This month, we read transparent accounts from the Ford Foundation’s Megan Morrison and Chris Cardona, who shared the foundation’s journey addressing its flawed approach to collecting grantee diversity data, and Laura Weidman Powers, who wrote about why and how she stepped down as Code2040 CEO. We also read about the importance of getting out the vote, tensions in philanthropy and a report on young professionals in philanthropy.

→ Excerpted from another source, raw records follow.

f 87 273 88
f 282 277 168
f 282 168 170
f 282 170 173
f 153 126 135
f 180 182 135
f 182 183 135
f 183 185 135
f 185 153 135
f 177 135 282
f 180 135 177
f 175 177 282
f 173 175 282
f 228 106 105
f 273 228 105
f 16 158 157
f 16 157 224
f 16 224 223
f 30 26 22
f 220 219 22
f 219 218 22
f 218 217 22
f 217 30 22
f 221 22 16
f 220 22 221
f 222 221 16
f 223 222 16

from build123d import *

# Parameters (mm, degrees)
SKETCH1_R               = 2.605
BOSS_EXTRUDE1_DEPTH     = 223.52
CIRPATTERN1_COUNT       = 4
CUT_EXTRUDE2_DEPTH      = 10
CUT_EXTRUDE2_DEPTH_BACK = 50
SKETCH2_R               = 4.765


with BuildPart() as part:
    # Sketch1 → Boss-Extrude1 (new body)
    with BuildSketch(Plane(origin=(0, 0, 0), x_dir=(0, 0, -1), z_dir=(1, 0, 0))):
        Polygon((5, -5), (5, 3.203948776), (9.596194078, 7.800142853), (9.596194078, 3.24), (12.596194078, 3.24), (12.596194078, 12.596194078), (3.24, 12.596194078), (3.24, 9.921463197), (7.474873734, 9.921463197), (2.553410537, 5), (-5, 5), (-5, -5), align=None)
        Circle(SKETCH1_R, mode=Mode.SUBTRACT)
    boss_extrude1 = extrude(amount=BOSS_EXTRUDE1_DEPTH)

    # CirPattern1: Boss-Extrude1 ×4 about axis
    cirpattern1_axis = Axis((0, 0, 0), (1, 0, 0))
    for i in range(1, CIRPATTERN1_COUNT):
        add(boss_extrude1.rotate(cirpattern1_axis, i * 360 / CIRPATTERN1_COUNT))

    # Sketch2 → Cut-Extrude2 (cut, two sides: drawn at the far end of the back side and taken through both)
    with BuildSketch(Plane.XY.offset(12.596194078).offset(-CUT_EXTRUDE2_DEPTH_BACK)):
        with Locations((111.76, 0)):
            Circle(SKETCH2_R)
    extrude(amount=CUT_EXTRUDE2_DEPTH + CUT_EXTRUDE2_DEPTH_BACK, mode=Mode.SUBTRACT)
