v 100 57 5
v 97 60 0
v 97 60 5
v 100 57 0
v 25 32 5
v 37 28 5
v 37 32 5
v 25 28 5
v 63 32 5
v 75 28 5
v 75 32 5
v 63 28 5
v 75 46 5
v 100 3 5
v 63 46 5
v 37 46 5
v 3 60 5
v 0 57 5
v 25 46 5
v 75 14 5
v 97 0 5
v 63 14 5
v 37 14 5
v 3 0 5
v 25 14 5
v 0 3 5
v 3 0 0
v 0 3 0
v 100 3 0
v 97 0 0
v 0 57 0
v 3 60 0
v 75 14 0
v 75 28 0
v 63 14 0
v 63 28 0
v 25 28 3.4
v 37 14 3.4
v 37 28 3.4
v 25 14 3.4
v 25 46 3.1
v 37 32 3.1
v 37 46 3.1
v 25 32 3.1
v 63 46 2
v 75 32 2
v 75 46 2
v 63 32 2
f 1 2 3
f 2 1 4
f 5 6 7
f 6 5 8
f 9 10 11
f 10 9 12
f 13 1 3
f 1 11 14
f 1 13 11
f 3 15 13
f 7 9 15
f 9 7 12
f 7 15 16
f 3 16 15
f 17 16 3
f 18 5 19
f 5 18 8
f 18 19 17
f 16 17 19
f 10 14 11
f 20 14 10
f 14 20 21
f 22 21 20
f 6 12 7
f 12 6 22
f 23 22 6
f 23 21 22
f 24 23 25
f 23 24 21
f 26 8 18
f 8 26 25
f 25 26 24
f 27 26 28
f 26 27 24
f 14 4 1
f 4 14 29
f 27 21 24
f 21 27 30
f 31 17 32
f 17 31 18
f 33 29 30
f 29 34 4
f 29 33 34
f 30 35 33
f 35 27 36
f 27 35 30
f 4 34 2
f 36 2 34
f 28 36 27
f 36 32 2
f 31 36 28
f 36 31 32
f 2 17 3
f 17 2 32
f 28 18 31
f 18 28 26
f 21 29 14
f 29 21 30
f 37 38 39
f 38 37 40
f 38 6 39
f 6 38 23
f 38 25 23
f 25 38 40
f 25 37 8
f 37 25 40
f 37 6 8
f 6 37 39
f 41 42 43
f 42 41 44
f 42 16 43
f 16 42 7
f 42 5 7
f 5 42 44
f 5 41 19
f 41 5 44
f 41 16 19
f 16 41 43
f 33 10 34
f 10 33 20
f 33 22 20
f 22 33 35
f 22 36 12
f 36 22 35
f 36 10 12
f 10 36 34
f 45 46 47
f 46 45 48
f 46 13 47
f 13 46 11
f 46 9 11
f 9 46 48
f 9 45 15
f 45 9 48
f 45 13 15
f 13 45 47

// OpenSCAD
$fn = 32;

// ----------------------------------------------------------------------
// Windowed plate: 4 voids, 100 x 60 x 5 mm
// ----------------------------------------------------------------------

// --- parameters (mm) ---
plate_l = 100;            // plate length, X
plate_w = 60;             // plate width, Y
plate_t = 5;              // plate thickness, Z
edge_margin = 12;         // wall from the plate edge to any window
win_l = 12;               // pocket length
win_w = 14;               // pocket width
pitch_x = 38;             // grid pitch along X
pitch_y = 18;             // grid pitch along Y
depth_1 = 1.6;            // depth of void 1 (full thickness = through)
depth_2 = 1.9;            // depth of void 2 (full thickness = through)
depth_3 = 5;              // depth of void 3 (full thickness = through)
depth_4 = 3;              // depth of void 4 (full thickness = through)
corner_c = 3;             // corner chamfer of the plate

profile = [[3, 0], [97, 0], [100, 3], [100, 57], [97, 60], [3, 60], [0, 57], [0, 3]];  // primary outline, 8 points, counter clockwise
void_1 = [[25, 14], [37, 14], [37, 28], [25, 28]];  // pocket at grid node 0,0, 4 points
void_2 = [[25, 32], [37, 32], [37, 46], [25, 46]];  // pocket at grid node 0,1, 4 points
void_3 = [[63, 14], [75, 14], [75, 28], [63, 28]];  // pocket at grid node 1,0, 4 points
void_4 = [[63, 32], [75, 32], [75, 46], [63, 46]];  // pocket at grid node 1,1, 4 points

// --- the one profile operation ---
difference() {
  linear_extrude(height = plate_t) polygon(points = profile);
  translate([0, 0, plate_t - depth_1])
    linear_extrude(height = depth_1 + 1) polygon(points = void_1);
  translate([0, 0, plate_t - depth_2])
    linear_extrude(height = depth_2 + 1) polygon(points = void_2);
  translate([0, 0, -1])
    linear_extrude(height = plate_t + 2) polygon(points = void_3);
  translate([0, 0, plate_t - depth_4])
    linear_extrude(height = depth_4 + 1) polygon(points = void_4);
}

1. Making It Count: The Evolution of the Ford Foundation’s Diversity Data Collection

EQUITY | Center for Effective Philanthropy | 10-minute read

When the Ford Foundation revisited its grantmaking process, it also revisited the questions it asks applicants and grantees about diversity. In this blog post, the foundation shares its journey identifying flaws in its previous approach to gathering grantee diversity data, how it now collects and analyzes the data, and what it’s learning. This journey also led the foundation to turn the spotlight on itself and begin an internal diversity, equity and inclusion audit.

2. How to Know When It’s Time to Go

LEADERSHIP | LinkedIn Pulse | 11-minute read

In a powerfully transparent blog post, Code2040 cofounder Laura Weidman Powers shares the story of why and how she stepped down as the organization’s CEO. She writes openly about the pressure and loneliness that can come with leadership, how she prepared for a successor and how she knew when the organization’s success no longer depended on her leadership.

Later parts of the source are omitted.